It seems it’s not possible anymore to reliably capture PDFs. It sometimes works, sometimes fails. Sometimes it works on the second try. Or the third. Or the fourth. I even had to capture PDFs more than 5 times until I got a proper result.
This does not happen for the first time, I’ve seen this for some weeks now. Sometimes it’s sufficient to restart DEVONthink. Sometimes even rebooting doesn’t help - or it seems to have helped but fails again after some time. It’s super frustrating.
This happens with Clip to DEVONthink and also with PDFs created via AppleScript.
That doesn’t really explain why it sometimes works for all Apple Developer URLs and sometimes doesn’t work or only after several tries. And why restarting DEVONthink often solves it.
I open those sites but don’t interact with them, i.e. I just capture them. So what I do is always the same, but the results differ. It also doesn’t explain why it’s most often the title and the declaration that’s missing. And if it were because of dynamic content: why does it sometimes work, sometimes not? I really do nothing else than opening the URL, I always read the PDF in DEVONthink, not the site in Safari.
apart from a bunch of broken CSS styles
So if one of these functions didn’t run or if the server were slow when you capture, it might well be that the document is not complete and only part of it gets captured. I’m wondering if “print to DT” might give better results, supposing that the browser’s built-in print function will wait until the page is fully loaded – which DT for obvious reasons doesn’t know about.
@cgrunenberg would have to respond on the AppleScript mechanism as I don’t know if it’s something similar to curl or wget or what.
From what I know of the browser extension, there is nothing that checks if the page is fully loaded. And even if it did, that’s still no guarantee as there are plenty of pages online that don’t load figures until you’ve scrolled to them.

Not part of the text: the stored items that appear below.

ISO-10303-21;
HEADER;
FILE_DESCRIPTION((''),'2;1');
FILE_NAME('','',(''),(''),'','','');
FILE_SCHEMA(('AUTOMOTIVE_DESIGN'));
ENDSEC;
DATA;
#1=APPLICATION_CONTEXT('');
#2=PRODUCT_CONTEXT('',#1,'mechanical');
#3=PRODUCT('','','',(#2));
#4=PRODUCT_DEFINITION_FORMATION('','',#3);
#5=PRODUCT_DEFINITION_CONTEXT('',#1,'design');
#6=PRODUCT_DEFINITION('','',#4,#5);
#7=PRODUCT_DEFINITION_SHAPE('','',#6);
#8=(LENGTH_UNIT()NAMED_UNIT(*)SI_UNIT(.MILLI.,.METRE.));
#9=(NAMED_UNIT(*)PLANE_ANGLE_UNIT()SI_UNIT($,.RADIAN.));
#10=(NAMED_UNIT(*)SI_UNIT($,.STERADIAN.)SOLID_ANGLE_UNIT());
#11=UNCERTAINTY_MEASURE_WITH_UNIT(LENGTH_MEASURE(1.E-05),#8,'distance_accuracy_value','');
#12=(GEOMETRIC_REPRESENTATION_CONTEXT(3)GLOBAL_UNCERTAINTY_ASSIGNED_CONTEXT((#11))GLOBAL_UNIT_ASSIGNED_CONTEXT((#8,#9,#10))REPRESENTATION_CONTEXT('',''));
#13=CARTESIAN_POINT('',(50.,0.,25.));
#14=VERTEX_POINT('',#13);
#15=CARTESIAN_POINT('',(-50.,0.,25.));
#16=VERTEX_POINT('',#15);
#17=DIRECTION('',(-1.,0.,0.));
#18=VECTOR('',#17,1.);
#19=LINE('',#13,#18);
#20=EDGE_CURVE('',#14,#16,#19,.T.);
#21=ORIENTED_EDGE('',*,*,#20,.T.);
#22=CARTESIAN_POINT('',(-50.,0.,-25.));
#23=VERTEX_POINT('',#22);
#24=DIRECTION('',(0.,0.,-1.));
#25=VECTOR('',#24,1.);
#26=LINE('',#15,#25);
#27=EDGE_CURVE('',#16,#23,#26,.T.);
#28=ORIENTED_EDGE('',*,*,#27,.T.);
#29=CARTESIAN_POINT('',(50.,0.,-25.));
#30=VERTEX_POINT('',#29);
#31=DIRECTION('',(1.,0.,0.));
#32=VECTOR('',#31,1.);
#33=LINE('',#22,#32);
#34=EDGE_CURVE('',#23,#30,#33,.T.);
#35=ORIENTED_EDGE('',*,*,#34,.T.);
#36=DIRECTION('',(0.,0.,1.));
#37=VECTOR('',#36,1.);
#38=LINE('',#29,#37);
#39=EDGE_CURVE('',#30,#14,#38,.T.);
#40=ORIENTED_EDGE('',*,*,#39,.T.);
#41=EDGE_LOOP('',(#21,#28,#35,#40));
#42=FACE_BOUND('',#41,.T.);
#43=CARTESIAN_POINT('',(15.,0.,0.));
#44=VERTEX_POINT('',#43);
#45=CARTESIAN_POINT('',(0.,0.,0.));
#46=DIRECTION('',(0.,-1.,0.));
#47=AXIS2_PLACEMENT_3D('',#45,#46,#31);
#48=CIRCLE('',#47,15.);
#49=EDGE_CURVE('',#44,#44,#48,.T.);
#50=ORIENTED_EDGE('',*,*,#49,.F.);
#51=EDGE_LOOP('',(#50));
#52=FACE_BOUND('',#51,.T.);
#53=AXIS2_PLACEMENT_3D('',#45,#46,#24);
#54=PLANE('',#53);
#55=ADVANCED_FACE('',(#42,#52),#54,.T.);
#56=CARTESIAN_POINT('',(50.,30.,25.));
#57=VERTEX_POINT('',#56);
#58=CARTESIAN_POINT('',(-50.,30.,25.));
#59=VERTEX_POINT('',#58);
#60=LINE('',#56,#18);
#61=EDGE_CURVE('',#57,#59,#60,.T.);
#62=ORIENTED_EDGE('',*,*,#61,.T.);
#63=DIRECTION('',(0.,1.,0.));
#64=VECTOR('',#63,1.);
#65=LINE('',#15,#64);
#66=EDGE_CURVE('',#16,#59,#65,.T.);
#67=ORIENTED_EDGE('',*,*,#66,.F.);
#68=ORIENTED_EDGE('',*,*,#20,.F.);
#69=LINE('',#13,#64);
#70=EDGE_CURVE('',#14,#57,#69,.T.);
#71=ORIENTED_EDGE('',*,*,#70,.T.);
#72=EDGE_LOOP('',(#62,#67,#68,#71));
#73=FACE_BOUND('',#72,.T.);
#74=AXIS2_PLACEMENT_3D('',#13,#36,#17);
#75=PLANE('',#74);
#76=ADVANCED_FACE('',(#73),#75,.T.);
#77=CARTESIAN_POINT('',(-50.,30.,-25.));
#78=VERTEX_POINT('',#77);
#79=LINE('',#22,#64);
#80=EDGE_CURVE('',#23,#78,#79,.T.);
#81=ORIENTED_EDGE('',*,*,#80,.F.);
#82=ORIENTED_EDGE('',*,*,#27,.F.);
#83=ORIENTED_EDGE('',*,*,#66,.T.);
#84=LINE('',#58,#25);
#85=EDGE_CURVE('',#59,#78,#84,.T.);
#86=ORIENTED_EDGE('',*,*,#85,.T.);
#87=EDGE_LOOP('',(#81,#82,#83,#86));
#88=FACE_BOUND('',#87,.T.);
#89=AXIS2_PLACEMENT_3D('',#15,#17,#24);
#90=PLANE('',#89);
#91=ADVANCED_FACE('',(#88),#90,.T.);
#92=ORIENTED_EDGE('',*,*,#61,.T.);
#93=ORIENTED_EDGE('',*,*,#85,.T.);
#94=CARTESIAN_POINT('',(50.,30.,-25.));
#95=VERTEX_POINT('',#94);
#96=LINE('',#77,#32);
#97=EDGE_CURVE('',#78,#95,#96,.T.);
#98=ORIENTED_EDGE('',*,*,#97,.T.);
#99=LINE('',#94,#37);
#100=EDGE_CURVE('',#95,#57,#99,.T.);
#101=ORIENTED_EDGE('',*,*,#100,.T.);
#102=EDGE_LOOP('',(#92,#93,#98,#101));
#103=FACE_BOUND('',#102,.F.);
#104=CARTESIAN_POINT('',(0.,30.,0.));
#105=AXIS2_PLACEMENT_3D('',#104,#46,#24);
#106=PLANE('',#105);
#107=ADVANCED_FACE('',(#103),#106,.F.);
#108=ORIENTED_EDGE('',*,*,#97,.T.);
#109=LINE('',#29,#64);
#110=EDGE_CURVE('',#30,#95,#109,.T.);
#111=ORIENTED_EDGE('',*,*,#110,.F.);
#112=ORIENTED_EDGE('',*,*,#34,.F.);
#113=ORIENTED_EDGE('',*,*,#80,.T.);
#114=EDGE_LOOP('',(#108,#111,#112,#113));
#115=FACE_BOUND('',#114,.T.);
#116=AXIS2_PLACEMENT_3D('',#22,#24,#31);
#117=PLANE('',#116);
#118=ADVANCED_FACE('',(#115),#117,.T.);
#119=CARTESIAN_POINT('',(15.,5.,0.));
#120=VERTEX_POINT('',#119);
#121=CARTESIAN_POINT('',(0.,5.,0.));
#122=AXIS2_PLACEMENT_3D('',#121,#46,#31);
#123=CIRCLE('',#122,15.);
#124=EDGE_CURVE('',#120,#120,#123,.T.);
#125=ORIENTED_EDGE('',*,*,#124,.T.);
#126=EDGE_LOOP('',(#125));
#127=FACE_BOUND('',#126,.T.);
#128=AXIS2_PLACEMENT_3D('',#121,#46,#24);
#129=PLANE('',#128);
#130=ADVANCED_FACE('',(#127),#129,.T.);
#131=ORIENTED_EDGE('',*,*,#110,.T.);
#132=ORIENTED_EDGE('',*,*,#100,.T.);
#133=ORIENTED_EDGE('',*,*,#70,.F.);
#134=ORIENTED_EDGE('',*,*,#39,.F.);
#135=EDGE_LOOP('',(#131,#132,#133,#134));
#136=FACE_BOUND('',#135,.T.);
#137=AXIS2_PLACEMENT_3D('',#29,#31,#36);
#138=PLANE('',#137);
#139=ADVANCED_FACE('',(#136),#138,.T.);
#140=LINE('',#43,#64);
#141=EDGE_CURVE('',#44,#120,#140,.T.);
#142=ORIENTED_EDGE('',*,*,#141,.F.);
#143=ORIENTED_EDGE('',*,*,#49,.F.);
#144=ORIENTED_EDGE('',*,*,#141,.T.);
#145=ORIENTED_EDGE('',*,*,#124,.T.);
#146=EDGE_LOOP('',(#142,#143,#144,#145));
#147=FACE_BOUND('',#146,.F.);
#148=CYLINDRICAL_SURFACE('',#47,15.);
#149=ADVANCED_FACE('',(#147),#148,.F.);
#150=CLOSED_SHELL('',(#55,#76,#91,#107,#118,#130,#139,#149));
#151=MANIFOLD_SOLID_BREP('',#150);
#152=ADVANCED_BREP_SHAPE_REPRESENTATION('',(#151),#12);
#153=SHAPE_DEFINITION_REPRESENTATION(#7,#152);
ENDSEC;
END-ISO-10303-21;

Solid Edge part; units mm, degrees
sketch "Sketch1" plane through (0, 0, 0) normal (0, -1, 0) x (1, 0, 0)
  line L0 (-50, -25) -> (50, -25)
  line L1 (50, -25) -> (50, 25)
  line L2 (50, 25) -> (-50, 25)
  line L3 (-50, 25) -> (-50, -25)
  dimension "D1" = 100
  dimension "D2" = 50
extrude "Protrusion1" add sketch "Sketch1" against normal blind 30
sketch "Sketch2" plane through (0, 0, 0) normal (0, -1, 0) x (1, 0, 0)
  circle A0 centre (0, 0) radius 15
extrude "Вырез_1" cut sketch "Sketch2" against normal blind 5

The task actually wait until no more data is loaded (plus a small delay). In case of dynamic websites loading stuff on demand/user interaction this might fail though (and some dynamic websites can even scroll endlessly).
I’ve just spent a few nights figuring out how to capture Linkedin pages (also dynamically loaded content) to PDF. It’s a mess basically and you’ll have to resort to hacks to get some kind of result (and even that’s not reliable a 100% of the time). I’ll share my script when I’m happy with them, but you might want to take a look at @mhucka’s PDF capturing scripts (hacks) that incorporate some scrolling to get better PDF output: devonthink-hacks/auto-convert-web-page-to-PDF at main · mhucka/devonthink-hacks · GitHub
Hmmm … I’m not so sure. If rendering a web page requires loading a lot of resources, some of which come from different domains than the parent page and from different CDNs, then it seems to me that no matter what mechanism you use to access the page, timing issues can come into play because they are due to factors outside of your computer. Also, different users around the world may see different elements appear at different times depending on their geographic location (which affects which CDN servers are reached), which can explain why different people see different results when they try to reproduce the problem.